*** EXERCISE MATERIAL ***

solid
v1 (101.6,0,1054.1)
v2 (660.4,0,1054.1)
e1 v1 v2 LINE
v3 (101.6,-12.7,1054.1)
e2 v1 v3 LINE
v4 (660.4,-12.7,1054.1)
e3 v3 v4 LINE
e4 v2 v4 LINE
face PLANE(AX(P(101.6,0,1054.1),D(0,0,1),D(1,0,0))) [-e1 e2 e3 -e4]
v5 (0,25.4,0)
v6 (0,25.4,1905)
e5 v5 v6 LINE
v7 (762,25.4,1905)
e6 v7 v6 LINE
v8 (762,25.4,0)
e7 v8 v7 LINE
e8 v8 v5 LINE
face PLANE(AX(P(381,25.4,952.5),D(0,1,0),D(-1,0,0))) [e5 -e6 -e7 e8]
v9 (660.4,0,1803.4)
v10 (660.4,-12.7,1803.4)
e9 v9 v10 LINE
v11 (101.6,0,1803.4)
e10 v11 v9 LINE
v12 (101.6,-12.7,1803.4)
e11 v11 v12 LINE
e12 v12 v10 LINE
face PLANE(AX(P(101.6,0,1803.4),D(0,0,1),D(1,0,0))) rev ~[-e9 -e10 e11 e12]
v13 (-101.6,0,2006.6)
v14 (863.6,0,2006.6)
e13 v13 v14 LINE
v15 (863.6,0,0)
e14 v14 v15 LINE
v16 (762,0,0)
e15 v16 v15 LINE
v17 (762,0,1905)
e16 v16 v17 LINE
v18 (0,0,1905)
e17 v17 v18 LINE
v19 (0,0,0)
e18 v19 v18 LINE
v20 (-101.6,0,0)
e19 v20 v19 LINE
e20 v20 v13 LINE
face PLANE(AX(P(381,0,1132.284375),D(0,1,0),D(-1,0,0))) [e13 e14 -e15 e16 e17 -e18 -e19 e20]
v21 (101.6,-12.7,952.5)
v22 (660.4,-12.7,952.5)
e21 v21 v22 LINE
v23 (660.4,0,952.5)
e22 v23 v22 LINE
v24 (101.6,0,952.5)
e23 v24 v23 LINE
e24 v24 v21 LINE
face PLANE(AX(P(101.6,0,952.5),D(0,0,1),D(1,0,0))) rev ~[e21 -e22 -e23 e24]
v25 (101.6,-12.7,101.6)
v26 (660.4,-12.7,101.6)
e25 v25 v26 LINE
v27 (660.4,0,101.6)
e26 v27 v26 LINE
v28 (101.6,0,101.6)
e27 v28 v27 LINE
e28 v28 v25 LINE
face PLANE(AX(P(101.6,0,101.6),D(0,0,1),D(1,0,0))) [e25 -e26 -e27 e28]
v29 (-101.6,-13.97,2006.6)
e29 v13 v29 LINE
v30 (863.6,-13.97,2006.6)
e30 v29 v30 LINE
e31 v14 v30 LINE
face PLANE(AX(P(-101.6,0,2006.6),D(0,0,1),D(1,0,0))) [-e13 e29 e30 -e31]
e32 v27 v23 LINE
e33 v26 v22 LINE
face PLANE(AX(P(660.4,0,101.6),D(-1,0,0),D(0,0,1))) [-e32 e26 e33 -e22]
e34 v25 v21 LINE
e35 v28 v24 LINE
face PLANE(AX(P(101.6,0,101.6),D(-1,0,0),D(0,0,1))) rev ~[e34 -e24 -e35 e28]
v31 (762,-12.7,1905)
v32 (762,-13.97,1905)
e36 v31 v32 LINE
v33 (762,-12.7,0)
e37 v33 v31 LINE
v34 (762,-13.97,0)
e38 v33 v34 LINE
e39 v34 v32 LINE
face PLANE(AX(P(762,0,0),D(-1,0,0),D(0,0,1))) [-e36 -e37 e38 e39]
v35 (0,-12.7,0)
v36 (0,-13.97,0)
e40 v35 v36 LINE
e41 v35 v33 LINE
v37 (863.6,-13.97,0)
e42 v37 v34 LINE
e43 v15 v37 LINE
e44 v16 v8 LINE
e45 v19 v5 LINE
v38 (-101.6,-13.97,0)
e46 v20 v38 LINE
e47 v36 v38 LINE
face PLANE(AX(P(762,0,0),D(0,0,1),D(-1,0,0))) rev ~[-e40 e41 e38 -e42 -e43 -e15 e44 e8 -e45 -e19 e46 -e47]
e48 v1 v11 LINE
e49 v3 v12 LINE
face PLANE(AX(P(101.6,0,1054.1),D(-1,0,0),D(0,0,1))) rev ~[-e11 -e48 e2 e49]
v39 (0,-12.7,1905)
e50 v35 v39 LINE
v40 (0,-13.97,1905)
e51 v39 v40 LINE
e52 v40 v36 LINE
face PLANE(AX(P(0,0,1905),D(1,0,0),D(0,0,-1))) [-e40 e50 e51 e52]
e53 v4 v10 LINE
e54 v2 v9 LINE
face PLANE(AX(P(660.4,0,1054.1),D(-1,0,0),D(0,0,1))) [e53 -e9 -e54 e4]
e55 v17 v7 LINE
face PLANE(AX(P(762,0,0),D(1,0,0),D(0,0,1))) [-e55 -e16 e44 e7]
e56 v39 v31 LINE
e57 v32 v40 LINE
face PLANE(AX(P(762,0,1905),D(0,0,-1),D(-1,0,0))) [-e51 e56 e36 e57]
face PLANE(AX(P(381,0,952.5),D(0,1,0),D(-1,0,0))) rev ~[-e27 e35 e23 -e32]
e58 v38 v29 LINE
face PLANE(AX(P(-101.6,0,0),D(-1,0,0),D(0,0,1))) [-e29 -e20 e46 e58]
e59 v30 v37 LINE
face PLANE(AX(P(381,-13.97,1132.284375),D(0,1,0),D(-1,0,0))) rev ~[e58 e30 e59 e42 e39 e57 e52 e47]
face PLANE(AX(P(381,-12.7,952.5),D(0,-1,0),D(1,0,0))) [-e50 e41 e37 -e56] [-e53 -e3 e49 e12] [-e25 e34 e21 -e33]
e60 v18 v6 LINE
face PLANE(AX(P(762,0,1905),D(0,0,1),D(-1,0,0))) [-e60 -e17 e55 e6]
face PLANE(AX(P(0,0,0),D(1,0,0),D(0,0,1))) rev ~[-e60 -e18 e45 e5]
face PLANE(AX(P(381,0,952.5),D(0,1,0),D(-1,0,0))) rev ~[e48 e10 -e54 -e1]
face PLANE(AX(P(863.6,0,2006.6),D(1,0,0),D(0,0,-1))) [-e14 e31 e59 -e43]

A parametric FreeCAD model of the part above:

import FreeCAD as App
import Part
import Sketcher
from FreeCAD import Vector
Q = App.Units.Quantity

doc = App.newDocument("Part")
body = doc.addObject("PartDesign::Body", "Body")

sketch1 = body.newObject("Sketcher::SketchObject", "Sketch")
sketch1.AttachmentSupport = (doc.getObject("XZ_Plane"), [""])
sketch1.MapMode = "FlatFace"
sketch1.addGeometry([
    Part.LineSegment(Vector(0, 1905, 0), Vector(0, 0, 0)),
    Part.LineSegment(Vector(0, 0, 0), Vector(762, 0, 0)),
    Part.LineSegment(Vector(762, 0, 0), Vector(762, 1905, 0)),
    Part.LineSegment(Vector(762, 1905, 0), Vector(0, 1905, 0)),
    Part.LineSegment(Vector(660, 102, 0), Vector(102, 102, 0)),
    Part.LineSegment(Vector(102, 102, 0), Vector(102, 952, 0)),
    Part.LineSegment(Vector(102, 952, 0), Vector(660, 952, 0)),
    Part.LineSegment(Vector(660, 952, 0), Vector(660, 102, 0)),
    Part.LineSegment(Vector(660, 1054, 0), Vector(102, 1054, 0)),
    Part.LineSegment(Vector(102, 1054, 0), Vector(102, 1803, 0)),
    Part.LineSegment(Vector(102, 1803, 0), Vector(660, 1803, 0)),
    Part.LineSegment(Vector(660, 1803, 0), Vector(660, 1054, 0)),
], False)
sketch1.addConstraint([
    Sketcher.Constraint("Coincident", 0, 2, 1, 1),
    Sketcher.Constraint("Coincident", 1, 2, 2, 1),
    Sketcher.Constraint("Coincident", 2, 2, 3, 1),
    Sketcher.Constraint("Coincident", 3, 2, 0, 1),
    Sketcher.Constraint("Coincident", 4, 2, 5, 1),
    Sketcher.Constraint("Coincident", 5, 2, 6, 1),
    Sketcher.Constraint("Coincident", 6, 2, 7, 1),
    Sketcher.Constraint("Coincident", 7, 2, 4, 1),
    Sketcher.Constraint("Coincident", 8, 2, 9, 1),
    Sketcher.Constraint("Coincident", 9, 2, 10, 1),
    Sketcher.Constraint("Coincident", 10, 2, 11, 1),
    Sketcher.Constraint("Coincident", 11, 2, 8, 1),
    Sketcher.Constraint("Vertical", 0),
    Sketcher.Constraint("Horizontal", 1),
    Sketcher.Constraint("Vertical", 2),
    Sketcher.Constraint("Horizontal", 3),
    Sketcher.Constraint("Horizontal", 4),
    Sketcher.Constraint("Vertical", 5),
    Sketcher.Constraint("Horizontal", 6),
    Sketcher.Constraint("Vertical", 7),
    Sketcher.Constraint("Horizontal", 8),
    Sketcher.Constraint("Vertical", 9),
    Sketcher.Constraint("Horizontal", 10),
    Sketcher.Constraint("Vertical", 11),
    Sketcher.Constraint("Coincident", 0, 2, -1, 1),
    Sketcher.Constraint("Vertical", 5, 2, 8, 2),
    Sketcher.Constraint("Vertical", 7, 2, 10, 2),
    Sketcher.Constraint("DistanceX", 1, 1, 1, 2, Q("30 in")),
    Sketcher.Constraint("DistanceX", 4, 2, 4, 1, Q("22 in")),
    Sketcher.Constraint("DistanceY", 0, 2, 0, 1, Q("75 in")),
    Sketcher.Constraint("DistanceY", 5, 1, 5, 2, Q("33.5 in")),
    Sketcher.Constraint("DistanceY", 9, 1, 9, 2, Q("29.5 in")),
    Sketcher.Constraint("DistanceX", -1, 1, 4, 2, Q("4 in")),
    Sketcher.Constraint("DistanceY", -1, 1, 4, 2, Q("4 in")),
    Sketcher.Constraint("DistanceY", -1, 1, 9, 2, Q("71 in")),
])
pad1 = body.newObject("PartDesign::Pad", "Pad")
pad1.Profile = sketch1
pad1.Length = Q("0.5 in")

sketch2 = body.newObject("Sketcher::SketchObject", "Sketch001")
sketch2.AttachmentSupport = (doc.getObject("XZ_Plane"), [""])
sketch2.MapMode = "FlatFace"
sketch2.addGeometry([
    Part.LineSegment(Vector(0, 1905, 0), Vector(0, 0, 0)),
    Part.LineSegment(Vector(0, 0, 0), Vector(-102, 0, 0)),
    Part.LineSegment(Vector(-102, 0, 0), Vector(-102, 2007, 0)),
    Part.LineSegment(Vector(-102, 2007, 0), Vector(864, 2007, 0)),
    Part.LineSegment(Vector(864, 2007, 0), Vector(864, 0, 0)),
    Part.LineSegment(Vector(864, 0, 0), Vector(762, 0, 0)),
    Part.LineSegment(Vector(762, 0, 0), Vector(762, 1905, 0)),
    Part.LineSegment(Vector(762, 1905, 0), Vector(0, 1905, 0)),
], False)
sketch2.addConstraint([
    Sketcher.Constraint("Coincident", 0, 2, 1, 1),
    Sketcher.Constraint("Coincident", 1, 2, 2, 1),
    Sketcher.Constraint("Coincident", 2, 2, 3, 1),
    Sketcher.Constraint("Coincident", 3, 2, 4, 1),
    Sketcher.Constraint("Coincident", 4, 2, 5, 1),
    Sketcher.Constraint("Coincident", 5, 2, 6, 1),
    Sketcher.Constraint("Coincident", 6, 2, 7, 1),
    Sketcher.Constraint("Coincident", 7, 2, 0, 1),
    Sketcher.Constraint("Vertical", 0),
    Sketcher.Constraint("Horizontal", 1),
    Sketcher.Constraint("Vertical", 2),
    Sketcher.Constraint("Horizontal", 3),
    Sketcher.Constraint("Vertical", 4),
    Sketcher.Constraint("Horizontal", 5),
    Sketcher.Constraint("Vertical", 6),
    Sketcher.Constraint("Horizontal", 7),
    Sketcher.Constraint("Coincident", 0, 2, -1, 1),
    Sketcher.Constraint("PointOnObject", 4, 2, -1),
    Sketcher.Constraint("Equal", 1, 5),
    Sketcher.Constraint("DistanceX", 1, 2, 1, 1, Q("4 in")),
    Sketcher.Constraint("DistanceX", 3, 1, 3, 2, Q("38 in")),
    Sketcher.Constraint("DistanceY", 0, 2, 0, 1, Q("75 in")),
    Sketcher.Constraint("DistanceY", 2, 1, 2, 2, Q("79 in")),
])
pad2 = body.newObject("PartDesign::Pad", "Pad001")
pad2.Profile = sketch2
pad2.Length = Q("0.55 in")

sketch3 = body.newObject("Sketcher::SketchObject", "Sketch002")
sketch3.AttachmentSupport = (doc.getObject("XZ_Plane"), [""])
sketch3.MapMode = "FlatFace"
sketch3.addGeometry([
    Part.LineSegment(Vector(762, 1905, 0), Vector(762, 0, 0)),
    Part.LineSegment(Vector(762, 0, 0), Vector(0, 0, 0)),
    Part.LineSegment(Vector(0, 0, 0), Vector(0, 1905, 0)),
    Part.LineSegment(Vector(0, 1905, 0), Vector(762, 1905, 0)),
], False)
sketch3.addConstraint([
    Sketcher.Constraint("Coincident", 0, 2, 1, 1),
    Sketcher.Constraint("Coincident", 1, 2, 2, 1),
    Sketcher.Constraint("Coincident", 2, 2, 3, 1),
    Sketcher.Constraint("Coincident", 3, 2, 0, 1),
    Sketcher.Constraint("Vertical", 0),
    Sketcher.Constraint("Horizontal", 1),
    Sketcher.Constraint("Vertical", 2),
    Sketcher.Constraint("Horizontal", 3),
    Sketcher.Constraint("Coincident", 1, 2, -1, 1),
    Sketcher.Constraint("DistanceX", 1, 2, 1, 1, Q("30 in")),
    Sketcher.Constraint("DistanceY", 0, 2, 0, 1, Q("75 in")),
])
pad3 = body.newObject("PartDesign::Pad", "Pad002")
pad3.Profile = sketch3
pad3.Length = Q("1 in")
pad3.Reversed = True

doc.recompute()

*** End of EXERCISE MATERIAL ***
*** EXERCISE MATERIAL ***

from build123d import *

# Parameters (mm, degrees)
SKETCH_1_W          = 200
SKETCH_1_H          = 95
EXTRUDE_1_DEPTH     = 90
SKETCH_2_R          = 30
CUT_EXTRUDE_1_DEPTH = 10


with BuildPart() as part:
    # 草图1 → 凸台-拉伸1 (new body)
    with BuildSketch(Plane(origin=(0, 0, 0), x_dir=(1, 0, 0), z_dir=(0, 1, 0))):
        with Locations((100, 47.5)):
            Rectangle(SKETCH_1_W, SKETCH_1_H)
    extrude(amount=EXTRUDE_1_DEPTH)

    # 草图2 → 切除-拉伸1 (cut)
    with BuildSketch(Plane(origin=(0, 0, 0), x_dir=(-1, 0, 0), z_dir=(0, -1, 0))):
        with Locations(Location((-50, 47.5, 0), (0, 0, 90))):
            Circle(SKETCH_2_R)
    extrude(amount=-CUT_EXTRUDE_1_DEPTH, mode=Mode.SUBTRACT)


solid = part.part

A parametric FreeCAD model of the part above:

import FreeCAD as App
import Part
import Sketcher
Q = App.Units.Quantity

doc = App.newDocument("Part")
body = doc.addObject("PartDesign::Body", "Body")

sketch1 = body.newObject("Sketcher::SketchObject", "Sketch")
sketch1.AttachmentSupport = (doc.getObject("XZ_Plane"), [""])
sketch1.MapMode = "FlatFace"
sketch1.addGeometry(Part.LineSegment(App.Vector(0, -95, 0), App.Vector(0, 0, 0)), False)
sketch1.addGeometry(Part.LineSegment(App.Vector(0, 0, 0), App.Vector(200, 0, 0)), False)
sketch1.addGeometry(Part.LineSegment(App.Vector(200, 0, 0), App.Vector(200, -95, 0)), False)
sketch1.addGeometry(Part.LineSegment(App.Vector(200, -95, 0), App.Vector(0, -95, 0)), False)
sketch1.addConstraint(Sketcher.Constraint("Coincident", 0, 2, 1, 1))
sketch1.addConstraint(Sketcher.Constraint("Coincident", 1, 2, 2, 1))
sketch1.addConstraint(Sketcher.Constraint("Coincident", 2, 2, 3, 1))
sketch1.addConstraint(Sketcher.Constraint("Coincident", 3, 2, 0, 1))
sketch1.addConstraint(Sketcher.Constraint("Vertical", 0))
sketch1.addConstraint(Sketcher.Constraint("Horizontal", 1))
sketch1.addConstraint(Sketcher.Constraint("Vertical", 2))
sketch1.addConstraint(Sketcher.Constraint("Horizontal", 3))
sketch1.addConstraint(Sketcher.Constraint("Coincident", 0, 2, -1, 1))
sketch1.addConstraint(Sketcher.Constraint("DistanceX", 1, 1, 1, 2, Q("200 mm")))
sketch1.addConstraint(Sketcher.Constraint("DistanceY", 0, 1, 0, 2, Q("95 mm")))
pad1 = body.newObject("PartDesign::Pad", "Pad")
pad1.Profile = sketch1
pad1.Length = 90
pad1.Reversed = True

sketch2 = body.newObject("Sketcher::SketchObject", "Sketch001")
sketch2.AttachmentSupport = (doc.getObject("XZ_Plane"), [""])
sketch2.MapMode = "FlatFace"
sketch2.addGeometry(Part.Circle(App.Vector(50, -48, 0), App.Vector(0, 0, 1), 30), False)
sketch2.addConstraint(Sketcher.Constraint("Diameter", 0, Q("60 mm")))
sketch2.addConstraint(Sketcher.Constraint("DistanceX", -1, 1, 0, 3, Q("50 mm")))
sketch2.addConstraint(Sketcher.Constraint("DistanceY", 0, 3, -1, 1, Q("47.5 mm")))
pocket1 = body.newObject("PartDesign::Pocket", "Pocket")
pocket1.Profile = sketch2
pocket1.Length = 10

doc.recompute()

*** End of EXERCISE MATERIAL ***

# WHAT YOU ARE ASKED TO DO
Look back at the data above. Transcribe exactly the lines starting at the line that contains "v21 (101.6,-12.7,952.5)" and ending at the line that contains "e26 v27 v26 LINE".

# SOLUTION TO THIS PROBLEM
v21 (101.6,-12.7,952.5)
v22 (660.4,-12.7,952.5)
e21 v21 v22 LINE
v23 (660.4,0,952.5)
e22 v23 v22 LINE
v24 (101.6,0,952.5)
e23 v24 v23 LINE
e24 v24 v21 LINE
face PLANE(AX(P(101.6,0,952.5),D(0,0,1),D(1,0,0))) rev ~[e21 -e22 -e23 e24]
v25 (101.6,-12.7,101.6)
v26 (660.4,-12.7,101.6)
e25 v25 v26 LINE
v27 (660.4,0,101.6)
e26 v27 v26 LINE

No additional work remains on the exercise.